Exploring the Role of Attentional Control in Delirium and Dementia

The National Institutes of Health’s National Institute on Aging has awarded Duke Anesthesiology’s Leah Acker, MD, PhD, a five-year $3,820,100 R01 grant for her project, “Attentional Resilience in Older Adults.” The study will introduce the concept of attentional resilience—the brain’s ability to preserve cognitive performance by efficiently reallocating limited neural resources during physiological stress—and will evaluate its potential underlying mechanisms using scheduled surgery in cognitively healthy older adults as a “natural experiment.”

In delirium and Alzheimer’s disease (AD), which increase the risk for each other, patients suffer deficits in executive functions, including attentional control. There is a critical gap in our understanding of the mechanisms by which attentional control capacity may promote cognitive resilience in both delirium and dementia. Even under normal conditions, neural resources for navigating the world around us are fundamentally limited (ie, we can’t attend to everything in our environment), yet attentional control allows the brain to effectively allocate neural resources to accomplish cognitive tasks. Strong attentional control can protect cognitive function when the brain is injured and inflamed, which makes attentional control a potentially powerful tool for reducing the incidence and impact of delirium and dementia.
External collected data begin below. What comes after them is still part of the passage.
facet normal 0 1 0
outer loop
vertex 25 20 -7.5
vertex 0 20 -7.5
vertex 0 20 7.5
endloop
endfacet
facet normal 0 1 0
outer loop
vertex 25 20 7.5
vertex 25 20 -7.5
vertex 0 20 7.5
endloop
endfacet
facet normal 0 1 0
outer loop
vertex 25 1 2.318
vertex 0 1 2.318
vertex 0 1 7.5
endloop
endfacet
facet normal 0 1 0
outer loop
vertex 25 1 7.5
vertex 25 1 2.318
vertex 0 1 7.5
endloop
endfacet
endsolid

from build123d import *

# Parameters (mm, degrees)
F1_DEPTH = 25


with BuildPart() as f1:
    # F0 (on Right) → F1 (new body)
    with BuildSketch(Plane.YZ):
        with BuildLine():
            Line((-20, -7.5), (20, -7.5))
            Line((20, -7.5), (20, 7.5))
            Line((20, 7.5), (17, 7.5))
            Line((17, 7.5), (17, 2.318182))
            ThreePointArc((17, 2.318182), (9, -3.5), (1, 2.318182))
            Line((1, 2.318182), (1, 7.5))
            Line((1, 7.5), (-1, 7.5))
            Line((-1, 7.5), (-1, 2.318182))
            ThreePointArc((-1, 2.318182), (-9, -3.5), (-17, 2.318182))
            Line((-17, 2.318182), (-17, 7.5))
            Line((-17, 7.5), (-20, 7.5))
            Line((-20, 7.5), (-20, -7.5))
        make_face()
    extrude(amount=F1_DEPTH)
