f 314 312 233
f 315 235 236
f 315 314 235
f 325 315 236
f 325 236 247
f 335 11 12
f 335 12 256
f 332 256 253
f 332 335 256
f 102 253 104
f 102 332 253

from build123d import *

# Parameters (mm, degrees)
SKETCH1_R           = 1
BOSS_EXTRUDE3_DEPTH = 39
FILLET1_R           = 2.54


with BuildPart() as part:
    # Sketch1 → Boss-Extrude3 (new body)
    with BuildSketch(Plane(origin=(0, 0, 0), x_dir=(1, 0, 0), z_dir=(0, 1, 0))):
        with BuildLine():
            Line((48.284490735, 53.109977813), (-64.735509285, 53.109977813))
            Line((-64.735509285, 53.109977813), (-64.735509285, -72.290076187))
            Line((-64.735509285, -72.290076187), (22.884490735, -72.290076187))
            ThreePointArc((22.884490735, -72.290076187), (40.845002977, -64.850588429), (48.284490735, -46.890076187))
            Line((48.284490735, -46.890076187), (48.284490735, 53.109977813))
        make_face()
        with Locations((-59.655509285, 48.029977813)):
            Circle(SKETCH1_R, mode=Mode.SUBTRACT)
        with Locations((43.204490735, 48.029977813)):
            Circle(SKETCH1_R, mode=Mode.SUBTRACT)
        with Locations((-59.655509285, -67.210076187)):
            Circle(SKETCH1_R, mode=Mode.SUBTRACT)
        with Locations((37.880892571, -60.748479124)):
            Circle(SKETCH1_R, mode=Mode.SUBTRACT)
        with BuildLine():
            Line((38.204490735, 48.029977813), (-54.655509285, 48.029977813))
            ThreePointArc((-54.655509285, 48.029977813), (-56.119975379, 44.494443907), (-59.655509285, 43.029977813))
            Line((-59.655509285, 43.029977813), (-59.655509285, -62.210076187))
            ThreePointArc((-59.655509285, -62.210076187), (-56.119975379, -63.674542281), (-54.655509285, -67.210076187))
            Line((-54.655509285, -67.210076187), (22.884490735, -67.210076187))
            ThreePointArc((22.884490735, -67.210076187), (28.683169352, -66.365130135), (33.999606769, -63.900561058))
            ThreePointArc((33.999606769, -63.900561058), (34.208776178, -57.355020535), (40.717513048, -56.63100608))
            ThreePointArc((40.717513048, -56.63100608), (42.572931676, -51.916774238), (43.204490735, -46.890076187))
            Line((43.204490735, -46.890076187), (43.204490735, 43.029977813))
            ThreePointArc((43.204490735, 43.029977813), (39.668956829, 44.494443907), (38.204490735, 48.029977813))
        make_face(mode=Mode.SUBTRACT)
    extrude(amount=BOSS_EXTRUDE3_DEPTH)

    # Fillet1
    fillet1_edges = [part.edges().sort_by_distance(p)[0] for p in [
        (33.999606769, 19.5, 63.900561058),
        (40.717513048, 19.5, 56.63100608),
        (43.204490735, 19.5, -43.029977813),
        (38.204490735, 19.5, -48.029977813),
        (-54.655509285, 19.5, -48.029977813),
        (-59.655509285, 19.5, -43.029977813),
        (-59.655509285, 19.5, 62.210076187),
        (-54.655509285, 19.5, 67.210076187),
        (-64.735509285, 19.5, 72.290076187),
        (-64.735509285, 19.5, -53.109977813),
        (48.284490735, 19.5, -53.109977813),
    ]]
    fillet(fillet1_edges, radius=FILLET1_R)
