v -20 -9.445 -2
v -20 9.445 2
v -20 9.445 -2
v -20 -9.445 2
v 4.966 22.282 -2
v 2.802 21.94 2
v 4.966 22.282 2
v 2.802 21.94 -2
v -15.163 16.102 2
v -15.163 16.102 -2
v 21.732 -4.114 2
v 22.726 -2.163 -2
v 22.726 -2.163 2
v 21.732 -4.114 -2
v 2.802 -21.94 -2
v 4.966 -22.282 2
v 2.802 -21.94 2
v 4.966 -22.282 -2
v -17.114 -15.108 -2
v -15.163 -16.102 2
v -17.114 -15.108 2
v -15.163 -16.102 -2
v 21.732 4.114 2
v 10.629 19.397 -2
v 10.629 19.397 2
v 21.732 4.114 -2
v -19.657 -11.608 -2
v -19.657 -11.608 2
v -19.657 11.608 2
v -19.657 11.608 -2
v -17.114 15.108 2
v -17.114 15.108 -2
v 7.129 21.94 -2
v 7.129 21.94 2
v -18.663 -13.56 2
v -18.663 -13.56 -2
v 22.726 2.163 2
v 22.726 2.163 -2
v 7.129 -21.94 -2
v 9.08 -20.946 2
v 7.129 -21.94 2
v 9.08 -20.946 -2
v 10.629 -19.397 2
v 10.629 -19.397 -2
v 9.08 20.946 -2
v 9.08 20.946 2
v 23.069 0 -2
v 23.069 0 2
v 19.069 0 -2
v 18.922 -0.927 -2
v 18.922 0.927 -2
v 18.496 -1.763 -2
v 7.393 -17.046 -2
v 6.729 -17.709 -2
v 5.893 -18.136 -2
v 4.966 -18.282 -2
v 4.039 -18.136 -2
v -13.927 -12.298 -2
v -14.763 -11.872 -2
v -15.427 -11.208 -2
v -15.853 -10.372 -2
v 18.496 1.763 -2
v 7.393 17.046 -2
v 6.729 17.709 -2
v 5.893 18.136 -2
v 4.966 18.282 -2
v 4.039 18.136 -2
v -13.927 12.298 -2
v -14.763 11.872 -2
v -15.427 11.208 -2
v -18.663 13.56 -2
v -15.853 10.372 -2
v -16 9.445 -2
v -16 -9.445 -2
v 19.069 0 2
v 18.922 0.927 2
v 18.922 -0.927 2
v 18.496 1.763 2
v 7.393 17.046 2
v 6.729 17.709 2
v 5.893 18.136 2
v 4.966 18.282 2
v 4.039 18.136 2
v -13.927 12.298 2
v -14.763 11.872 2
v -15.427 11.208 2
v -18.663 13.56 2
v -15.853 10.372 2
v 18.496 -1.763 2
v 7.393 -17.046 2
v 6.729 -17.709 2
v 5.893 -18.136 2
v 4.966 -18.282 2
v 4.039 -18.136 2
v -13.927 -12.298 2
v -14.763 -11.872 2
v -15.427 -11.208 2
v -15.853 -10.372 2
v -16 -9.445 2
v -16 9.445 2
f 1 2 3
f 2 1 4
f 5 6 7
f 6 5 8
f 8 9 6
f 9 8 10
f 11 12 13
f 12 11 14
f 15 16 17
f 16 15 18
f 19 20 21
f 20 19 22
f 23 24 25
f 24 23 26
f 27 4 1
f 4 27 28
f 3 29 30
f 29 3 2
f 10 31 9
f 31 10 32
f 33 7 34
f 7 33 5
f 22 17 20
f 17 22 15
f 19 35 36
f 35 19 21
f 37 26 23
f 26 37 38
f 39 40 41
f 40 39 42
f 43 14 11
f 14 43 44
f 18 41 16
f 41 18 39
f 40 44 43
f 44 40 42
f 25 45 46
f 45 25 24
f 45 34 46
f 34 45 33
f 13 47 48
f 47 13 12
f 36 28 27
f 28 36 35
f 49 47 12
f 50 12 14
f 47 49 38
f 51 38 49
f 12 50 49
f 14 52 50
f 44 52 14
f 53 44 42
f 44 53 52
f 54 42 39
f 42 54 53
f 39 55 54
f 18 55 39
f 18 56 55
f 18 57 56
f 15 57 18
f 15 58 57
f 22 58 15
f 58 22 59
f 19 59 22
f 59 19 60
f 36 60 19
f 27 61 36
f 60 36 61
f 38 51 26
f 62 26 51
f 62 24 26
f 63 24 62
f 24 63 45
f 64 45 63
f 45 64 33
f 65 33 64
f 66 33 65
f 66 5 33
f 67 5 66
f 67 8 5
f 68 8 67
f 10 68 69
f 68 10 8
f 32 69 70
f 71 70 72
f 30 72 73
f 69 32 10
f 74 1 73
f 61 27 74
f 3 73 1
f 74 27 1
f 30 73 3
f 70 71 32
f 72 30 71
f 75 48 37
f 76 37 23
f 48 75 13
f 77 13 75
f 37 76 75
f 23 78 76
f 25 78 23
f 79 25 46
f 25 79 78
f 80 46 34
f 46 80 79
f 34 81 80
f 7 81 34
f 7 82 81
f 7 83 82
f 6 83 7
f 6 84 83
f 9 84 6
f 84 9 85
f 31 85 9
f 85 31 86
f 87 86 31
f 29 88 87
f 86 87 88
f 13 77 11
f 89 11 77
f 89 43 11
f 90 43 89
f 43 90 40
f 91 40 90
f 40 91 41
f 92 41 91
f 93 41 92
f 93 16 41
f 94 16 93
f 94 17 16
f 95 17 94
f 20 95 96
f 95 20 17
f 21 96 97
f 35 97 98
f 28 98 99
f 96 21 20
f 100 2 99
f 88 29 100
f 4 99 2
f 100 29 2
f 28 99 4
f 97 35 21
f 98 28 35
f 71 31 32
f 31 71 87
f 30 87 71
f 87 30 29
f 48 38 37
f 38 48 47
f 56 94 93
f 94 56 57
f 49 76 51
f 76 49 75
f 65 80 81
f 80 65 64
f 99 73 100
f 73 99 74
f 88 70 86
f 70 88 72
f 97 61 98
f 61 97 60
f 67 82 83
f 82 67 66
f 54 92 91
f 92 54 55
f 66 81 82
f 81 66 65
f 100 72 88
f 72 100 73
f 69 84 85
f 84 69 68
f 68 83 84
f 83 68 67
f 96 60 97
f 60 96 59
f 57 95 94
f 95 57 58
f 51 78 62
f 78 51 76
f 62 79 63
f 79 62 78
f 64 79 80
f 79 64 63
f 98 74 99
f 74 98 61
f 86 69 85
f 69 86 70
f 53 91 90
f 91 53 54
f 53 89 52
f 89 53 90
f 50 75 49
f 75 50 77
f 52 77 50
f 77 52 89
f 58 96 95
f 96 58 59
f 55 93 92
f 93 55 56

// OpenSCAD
/*
*   Configurable Harness Center Ring
*   CudaTox, http://cudatox.ca/l/
*   @cudatox
*
*   Feb 21, 2017
*
*   A procedural strap ring for use in novelty body.
*
*   This software and 3D model(s) are experimental and are provided for educational 
*   purposes only. 
*
*   Use of this software, any of its derivatives, or use of any of the models or 
*   parts provided with or created using this software is done at your own risk. 
*
*   DO NOT use this part for securing loads. DO NOT use this part in applications 
*   that may result in property damage, injury or death. NOT FOR CLIMBING USE.
*   
* 
*   This software and files are licensed under the Creative Commons 
*   Attribution-NonCommercial 3.0 license.
*   
*
*/

belt_width = 26;        //Width of the belt you wish to use
n_sides = 5;            //Number of sides on the ring
thickness = 4;          //Thickness of the plastic on all sides
inside_radius = 3;      //Radius of the inside corners of the ring
$fn = 20;


outside_radius = inside_radius + thickness;

module rounded_polygon(n_sides, radius, side_length, height){
    //Actual side length does not include the outside radius.
    hyp = (side_length/2) / cos(180/n_sides);
    hull()
    for( i = [0 : n_sides] ){
        translate([hyp * cos(360 * i/n_sides), hyp * sin(360 * i/n_sides), 0])
            cylinder(h=height, r = radius, center = true);
    }

}


difference(){
  rounded_polygon(n_sides, outside_radius, belt_width, thickness);
  rounded_polygon(n_sides, inside_radius, belt_width, thickness);
}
The overall objective of Acker’s research is to better understand the neural mechanisms underlying attentional resilience, which enable individuals to more effectively allocate neural resources, and thus, to remain attentive to their surrounding environment despite neuronal injury and/or neuro-inflammation. The central hypothesis is that neural mechanisms underlying robust attentional control before surgery facilitate attentional resilience after surgery.

Acker’s research aims will evaluate brain activity patterns that have been linked to robust attentional control and their relationship to sensory processing, a mechanism by which the brain enhances its electrical response to relevant sensory stimuli. The aims specifically include 1) evaluating the relative contributions of “bottom-up” sensory stimulation and “top-down” attentional preparation to pre-op brain activity patterns that predict attentional resilience, 2) exploring how neural signatures of general “attentiveness” enhance pre-conscious sensory processing thought to facilitate attentional resilience, and 3) determining how well-balanced brain circuits may contribute to attentional resilience. Because robust neural circuits depend on healthy neuronal substrates largely free from AD-related pathology, Acker will evaluate the effect of pre-clinical Alzheimer’s pathology on attentional resilience mediated by coordination between two complementary neural circuits critical for attentional control.

“This project will advance our understanding of why some older adults maintain strong attentional performance after surgery while others do not,” says Acker, assistant professor in anesthesiology. “In particular, our work will reveal key neural-systems-level mechanisms that support attentional control capacity and link low-level neuronal damage to diminished high-level cognitive performance. Long-term, we believe that our work will identify potentially modifiable neural targets for delirium and dementia interventions.”